Deep Learning to Differentiate Parkinsonian Syndromes Using Multimodal Magnetic Resonance Imaging: A Proof-of-Concept Study.
Authors
Affiliations (13)
Affiliations (13)
- Univ Toulouse, Inserm, ToNIC, Toulouse, France.
- Sorbonne Université, Institut du Cerveau-Paris Brain Institute-ICM, AP-HP, CNRS 7225, Inserm 1127, Hôpital de la Pitié Salpêtrière, Department of Neuroradiolog, Paris, France.
- The Neuro-Montreal Neurological Institute, McGill University, Montreal, Quebec, Canada.
- Univ. de Bordeaux, CNRS, IMN, UMR 5293, Bordeaux, France.
- CHU Bordeaux, Service de Neurologie des Maladies Neurodégénératives, IMNc, CRMR AMS, NS-Park/FCRIN Network, Bordeaux, France.
- University of Bordeaux, INSERM, BPH, U1219, IPSED, Bordeaux, France.
- Department of Medicine, University of Otago, Christchurch, and New Zealand Brain Research Institute, Christchurch, New Zealand.
- MSA French Reference Center, Univ. Hospital Toulouse, Toulouse, France.
- University of Toulouse, CIC-1436, Departments of Clinical Pharmacology and Neurosciences, NeuroToul COEN Center, NS-Park/FCRIN Network, Toulouse, France.
- University Hospital, Inserm, U1048, Toulouse, France.
- Sorbonne Université, Institut du Cerveau-Paris Brain Institute-ICM, AP-HP, CNRS, Inserm, Hôpital de la Pitié Salpêtrière, Department of Neurology, Paris, France.
- Assistance Publique Hôpitaux de Paris, Service de Neurologie, Hôpital Avicenne, Hôpitaux Universitaires de Paris Seine-Saint-Denis, Sorbonne Paris Nord, NS-PARK/FCRIN Network, Bobigny, France.

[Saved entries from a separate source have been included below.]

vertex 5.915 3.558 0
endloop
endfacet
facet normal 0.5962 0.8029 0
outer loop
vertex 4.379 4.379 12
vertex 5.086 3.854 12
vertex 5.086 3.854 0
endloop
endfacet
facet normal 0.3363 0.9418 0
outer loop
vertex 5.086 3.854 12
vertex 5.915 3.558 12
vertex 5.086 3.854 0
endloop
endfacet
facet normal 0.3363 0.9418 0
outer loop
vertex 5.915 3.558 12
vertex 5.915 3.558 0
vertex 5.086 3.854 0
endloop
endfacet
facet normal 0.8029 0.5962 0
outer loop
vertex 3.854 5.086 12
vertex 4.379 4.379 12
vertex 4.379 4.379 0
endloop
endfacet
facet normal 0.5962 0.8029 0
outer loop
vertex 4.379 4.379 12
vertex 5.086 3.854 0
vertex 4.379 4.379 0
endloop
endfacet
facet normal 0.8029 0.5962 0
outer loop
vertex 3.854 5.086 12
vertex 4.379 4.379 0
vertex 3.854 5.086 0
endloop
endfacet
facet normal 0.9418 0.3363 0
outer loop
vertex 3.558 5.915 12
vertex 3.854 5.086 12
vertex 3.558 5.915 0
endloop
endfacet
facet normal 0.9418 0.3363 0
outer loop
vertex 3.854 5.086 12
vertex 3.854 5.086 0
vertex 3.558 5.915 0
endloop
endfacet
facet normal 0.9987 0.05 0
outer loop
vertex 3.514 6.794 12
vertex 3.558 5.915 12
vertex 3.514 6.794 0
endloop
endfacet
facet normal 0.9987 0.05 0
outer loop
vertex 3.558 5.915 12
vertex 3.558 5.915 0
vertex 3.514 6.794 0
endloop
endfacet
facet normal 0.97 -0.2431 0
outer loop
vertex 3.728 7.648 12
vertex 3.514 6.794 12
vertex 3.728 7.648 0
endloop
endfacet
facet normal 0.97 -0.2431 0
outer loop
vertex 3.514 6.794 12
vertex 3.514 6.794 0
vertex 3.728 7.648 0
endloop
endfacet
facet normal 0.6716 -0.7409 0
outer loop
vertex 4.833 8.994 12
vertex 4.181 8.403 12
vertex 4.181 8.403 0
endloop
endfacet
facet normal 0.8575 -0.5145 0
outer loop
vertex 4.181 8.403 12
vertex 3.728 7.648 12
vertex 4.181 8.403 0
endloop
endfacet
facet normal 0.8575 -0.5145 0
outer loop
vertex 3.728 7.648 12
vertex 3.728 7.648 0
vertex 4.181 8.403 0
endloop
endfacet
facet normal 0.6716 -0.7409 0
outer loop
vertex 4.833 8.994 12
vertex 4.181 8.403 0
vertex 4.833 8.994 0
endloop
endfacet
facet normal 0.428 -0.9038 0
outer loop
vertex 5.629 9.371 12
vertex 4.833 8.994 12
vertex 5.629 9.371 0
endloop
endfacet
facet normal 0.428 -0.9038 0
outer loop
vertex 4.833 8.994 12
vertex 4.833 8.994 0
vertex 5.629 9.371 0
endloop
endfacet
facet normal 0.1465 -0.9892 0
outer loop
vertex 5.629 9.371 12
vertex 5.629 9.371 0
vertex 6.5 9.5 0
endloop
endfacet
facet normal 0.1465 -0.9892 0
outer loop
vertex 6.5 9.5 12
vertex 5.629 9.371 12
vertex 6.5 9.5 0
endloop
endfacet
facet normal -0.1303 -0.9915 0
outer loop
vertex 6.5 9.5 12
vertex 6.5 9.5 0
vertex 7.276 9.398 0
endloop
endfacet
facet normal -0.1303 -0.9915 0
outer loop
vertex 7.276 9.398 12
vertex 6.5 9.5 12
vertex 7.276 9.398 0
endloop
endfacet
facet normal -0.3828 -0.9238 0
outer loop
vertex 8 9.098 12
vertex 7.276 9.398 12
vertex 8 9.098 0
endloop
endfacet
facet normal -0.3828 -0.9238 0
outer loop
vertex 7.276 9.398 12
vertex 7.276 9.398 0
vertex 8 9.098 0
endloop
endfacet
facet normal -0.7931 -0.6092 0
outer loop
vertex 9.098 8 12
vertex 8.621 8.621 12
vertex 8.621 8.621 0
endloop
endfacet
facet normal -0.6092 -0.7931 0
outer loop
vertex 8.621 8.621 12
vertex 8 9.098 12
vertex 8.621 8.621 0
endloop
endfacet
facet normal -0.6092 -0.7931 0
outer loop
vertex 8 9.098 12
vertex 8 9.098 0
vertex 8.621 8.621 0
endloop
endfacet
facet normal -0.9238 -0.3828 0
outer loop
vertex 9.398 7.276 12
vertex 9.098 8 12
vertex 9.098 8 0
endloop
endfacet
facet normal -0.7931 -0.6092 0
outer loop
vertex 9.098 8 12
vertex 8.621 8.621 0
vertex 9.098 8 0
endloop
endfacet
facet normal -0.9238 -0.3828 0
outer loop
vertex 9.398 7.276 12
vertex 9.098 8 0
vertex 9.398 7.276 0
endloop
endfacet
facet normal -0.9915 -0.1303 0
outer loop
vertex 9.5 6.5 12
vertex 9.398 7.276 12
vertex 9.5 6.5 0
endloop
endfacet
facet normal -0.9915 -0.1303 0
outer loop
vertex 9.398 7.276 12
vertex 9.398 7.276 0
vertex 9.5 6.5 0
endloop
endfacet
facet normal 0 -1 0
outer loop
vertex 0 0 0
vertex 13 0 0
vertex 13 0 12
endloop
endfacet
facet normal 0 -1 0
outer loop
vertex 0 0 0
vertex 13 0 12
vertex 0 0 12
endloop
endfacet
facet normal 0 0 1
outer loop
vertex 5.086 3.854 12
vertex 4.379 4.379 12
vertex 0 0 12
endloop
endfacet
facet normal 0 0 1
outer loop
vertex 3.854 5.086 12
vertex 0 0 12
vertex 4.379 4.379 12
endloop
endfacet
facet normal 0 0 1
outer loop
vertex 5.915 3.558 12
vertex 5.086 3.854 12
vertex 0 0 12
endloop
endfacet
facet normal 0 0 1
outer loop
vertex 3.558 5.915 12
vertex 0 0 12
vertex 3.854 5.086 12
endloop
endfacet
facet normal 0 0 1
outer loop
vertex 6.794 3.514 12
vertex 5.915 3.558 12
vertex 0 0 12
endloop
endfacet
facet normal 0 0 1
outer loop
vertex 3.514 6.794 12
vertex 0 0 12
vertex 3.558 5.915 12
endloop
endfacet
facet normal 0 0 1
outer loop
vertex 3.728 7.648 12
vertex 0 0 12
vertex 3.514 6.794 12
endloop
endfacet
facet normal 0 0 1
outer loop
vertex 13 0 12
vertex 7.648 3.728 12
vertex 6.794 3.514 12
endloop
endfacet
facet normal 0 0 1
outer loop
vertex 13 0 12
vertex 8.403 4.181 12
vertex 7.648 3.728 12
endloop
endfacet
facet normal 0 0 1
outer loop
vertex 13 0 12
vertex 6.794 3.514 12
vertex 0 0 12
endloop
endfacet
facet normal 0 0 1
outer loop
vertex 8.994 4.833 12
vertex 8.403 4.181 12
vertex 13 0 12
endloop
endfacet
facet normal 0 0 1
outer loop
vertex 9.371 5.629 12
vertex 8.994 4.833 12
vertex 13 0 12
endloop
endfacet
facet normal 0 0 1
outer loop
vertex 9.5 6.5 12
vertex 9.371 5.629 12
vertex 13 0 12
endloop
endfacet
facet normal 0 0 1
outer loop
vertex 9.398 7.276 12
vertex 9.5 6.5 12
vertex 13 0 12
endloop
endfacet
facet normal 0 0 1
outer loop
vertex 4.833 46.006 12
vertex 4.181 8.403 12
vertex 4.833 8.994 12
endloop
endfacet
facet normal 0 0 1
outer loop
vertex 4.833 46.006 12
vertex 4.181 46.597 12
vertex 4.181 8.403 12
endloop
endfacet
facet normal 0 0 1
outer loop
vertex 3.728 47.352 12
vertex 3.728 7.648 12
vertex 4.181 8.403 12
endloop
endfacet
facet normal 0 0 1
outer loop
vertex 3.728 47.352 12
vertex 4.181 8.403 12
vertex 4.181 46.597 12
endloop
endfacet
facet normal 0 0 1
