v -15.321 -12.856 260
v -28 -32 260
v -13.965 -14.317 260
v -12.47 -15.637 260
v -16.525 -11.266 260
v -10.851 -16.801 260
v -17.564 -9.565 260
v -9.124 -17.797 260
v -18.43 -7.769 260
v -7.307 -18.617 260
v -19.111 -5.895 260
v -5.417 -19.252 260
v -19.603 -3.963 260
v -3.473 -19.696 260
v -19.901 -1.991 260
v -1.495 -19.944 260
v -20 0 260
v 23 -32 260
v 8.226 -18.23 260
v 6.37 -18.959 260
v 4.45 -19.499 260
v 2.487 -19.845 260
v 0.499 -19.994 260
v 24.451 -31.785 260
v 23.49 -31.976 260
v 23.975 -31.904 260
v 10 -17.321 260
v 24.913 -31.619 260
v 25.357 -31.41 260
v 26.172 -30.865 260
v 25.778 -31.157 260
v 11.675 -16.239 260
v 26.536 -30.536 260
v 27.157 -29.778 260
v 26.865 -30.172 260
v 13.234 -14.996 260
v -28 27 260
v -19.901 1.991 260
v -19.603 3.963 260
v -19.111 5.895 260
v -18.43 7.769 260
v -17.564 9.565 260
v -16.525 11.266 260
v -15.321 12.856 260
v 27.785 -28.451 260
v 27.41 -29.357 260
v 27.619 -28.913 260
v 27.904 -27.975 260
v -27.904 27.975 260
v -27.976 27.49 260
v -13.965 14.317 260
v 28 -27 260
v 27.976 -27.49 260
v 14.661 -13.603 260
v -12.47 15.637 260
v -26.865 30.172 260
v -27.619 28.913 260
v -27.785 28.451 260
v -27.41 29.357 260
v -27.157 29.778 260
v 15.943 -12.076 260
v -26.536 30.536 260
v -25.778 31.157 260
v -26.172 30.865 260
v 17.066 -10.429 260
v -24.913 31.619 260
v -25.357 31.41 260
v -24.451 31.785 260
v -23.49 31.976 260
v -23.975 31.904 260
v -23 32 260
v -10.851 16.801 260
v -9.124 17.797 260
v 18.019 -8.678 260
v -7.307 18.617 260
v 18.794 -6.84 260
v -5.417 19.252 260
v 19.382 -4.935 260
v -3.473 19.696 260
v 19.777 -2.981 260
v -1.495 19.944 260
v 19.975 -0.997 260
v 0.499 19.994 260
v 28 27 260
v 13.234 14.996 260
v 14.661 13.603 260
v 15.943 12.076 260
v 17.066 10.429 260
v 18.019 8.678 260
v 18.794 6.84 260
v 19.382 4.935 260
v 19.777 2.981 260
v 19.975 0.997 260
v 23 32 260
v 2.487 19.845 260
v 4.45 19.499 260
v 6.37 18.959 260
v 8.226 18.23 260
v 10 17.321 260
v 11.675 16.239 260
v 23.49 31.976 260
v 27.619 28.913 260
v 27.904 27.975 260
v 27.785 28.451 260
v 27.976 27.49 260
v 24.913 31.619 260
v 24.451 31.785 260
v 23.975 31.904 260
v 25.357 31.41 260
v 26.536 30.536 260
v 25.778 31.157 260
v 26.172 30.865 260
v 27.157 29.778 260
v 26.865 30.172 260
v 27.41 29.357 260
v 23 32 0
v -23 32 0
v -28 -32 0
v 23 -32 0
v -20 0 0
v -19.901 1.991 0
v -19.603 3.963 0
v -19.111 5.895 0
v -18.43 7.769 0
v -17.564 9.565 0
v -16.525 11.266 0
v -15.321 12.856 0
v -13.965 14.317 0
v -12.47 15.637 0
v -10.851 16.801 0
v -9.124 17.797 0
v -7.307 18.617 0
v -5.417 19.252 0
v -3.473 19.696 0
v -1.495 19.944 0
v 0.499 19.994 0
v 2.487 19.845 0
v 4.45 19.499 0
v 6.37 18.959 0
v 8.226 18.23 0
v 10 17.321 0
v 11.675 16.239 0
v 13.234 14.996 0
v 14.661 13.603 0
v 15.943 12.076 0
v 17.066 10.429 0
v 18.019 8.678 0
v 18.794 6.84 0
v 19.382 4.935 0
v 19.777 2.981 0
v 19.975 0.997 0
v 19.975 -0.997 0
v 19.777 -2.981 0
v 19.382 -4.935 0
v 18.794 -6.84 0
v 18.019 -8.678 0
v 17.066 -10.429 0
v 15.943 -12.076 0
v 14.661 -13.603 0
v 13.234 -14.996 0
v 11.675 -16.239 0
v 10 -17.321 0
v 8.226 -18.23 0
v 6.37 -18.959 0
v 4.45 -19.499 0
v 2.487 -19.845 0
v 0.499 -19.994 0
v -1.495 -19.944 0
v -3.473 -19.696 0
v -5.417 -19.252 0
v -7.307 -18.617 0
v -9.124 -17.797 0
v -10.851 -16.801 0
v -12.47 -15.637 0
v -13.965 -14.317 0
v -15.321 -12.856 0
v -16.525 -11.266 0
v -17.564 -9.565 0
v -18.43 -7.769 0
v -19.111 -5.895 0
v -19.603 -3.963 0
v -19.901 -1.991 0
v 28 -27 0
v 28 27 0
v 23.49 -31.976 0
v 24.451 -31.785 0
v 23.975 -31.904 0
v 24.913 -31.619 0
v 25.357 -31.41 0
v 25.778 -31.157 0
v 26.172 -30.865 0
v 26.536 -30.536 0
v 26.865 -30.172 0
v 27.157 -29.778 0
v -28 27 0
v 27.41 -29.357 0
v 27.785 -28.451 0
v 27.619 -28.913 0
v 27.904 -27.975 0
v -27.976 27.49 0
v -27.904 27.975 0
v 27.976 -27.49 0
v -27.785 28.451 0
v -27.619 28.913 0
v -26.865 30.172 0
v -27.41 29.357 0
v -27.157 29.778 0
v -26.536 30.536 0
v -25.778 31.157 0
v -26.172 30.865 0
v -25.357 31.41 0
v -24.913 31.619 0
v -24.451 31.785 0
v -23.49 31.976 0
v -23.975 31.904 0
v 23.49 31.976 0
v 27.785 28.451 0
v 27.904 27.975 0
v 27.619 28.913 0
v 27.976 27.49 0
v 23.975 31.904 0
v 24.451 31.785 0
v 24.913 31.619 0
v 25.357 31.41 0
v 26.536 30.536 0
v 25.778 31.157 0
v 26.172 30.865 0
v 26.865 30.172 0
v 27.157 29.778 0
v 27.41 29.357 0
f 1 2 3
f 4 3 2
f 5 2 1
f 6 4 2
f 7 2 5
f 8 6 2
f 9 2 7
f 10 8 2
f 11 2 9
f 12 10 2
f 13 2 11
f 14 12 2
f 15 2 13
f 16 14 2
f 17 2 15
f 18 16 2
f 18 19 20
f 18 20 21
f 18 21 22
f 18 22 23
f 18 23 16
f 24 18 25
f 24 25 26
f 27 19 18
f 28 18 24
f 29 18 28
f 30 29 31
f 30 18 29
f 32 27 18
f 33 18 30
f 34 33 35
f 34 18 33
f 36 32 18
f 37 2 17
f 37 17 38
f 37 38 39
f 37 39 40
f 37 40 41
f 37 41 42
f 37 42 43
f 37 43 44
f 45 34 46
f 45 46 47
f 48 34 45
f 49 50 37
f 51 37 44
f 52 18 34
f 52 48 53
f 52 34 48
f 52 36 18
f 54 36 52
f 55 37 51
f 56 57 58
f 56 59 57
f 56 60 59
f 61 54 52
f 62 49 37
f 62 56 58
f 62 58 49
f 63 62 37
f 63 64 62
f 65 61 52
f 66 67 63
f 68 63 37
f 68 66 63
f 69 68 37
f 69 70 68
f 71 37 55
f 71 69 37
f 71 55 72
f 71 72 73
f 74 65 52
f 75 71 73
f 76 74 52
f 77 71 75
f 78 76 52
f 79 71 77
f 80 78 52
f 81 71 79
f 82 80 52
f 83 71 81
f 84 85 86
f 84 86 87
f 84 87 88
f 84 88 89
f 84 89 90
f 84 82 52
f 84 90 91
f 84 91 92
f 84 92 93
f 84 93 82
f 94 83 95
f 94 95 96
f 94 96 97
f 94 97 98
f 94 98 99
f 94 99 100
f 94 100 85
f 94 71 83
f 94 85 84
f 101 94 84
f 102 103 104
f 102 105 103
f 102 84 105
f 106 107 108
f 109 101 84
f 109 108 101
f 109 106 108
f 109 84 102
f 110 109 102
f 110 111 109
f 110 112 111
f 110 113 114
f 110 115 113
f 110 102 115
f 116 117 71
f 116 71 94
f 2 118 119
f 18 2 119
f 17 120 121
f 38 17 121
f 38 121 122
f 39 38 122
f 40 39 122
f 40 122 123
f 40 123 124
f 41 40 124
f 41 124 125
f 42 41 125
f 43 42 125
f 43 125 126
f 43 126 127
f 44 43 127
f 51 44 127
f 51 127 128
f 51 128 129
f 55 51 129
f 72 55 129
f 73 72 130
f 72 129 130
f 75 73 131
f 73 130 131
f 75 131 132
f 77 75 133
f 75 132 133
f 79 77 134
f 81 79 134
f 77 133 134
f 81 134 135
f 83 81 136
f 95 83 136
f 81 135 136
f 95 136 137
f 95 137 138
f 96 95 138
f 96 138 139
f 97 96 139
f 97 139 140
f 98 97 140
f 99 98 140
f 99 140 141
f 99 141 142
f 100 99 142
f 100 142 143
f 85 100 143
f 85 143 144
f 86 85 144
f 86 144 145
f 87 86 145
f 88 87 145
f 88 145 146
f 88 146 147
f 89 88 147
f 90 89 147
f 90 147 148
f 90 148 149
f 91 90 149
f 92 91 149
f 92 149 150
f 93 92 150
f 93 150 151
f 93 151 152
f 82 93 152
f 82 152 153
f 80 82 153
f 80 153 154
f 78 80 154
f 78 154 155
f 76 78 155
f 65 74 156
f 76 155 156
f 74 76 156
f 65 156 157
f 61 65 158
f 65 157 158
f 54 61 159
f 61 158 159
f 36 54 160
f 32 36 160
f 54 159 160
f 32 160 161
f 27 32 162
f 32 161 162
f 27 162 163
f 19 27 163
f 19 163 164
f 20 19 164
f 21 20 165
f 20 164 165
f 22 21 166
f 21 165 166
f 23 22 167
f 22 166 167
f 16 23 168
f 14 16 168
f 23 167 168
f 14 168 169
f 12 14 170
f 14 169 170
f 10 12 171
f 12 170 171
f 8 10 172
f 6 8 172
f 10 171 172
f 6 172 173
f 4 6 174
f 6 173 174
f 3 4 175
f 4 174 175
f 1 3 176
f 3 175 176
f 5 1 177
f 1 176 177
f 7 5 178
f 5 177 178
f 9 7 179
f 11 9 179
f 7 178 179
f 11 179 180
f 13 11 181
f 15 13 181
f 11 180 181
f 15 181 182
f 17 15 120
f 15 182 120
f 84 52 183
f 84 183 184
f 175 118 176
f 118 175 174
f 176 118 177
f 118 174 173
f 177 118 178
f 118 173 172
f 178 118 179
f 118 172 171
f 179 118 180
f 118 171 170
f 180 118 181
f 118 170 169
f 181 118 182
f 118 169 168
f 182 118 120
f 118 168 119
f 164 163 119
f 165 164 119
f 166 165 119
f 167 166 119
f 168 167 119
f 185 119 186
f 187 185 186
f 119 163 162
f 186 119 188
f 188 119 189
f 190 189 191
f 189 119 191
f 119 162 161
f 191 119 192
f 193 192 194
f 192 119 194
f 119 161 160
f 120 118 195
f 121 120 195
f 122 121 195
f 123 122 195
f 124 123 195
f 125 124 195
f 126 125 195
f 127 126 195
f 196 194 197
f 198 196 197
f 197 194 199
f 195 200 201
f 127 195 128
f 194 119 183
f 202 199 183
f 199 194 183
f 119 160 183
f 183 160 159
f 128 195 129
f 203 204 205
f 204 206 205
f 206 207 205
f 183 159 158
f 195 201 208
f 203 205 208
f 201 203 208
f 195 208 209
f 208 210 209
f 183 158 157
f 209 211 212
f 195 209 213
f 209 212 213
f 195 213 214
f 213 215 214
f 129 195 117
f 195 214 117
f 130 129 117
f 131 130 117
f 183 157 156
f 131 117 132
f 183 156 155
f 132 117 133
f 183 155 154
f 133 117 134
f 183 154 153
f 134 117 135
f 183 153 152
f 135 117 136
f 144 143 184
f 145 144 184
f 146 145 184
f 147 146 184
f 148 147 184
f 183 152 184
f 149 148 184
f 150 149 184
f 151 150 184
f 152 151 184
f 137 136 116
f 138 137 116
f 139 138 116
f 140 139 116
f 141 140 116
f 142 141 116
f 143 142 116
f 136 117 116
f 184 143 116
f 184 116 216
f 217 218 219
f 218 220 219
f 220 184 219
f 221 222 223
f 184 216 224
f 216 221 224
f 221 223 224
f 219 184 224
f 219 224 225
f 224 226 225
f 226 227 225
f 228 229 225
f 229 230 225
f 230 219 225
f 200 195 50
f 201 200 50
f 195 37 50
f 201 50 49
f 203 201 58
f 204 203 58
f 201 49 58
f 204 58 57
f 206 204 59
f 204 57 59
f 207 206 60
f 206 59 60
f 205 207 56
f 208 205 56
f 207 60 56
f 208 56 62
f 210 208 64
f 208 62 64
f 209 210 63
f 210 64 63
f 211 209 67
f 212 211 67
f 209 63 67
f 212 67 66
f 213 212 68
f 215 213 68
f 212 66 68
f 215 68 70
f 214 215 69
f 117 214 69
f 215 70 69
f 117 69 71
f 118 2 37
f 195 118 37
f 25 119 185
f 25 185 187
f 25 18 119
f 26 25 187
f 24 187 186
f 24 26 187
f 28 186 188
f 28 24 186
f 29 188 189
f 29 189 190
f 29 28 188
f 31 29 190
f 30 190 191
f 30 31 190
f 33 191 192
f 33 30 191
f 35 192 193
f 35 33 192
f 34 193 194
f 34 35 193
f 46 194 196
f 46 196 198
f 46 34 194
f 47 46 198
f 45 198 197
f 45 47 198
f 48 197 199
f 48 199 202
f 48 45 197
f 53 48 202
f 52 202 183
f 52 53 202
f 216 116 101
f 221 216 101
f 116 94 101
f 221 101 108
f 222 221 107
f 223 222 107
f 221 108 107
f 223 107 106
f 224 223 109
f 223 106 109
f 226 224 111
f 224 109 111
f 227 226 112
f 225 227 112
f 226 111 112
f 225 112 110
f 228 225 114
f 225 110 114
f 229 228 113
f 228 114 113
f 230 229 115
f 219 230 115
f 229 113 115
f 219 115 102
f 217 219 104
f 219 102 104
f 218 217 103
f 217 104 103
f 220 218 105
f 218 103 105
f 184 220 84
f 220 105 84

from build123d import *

# Parameters (mm, degrees)
SKETCH_8_W          = 56
SKETCH_8_H          = 64
EXTRUDE_1_DEPTH     = 260
SKETCH_9_R          = 20
CUT_EXTRUDE_1_DEPTH = 264.453980801
FILLET_1_R          = 5


with BuildPart() as part:
    # 草图8 → 凸台-拉伸1 (new body)
    with BuildSketch(Plane.XY):
        Rectangle(SKETCH_8_W, SKETCH_8_H)
    extrude(amount=EXTRUDE_1_DEPTH)

    # 草图9 → 切除-拉伸1 (cut, through all)
    with BuildSketch(Plane(origin=(0, 0, 0), x_dir=(-1, 0, 0), z_dir=(0, 0, -1))):
        Circle(SKETCH_9_R)
    extrude(amount=-CUT_EXTRUDE_1_DEPTH, mode=Mode.SUBTRACT)

    # 圆角1
    fillet_1_edges = [part.edges().sort_by_distance(p)[0] for p in [
        (-28, 32, 130),
        (28, 32, 130),
        (28, -32, 130),
    ]]
    fillet(fillet_1_edges, radius=FILLET_1_R)


solid = part.part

- Dynamics and Pathophysiology of Neuronal Networks Team, Center for Interdisciplinary Research in Biology, Collège de France, CNRSUMR7241/INSERM U1050, Université PSL, Paris, France.
Abstract
The differentiation between multiple system atrophy (MSA) and Parkinson's disease (PD) based on clinical diagnostic criteria can be challenging, especially at an early stage. Leveraging deep learning methods and magnetic resonance imaging (MRI) data has shown great potential in aiding automatic diagnosis. The aim was to determine the feasibility of a three-dimensional convolutional neural network (3D CNN)-based approach using multimodal, multicentric MRI data for differentiating MSA and its variants from PD. MRI data were retrospectively collected from three MSA French reference centers. We computed quantitative maps of gray matter density (GD) from a T1-weighted sequence and mean diffusivity (MD) from diffusion tensor imaging. These maps were used as input to a 3D CNN, either individually ("monomodal," "GD" or "MD") or in combination ("bimodal," "GD-MD"). Classification tasks included the differentiation of PD and MSA patients. Model interpretability was investigated by analyzing misclassified patients and providing a visual interpretation of the most activated regions in CNN predictions. The study population included 92 patients with MSA (50 with MSA-P, parkinsonian variant; 33 with MSA-C, cerebellar variant; 9 with MSA-PC, mixed variant) and 64 with PD. The best accuracies were obtained for the PD/MSA (0.88 ± 0.03 with GD-MD), PD/MSA-C&PC (0.84 ± 0.08 with MD), and PD/MSA-P (0.78 ± 0.09 with GD) tasks. Patients misclassified by the CNN exhibited fewer and milder image alterations, as found using an image-based z score analysis. Activation maps highlighted regions involved in MSA pathophysiology, namely the putamen and cerebellum. Our findings hold promise for developing an efficient, MRI-based, and user-independent diagnostic tool suitable for differentiating parkinsonian syndromes in clinical practice. © 2025 The Author(s). Movement Disorders published by Wiley Periodicals LLC on behalf of International Parkinson and Movement Disorder Society.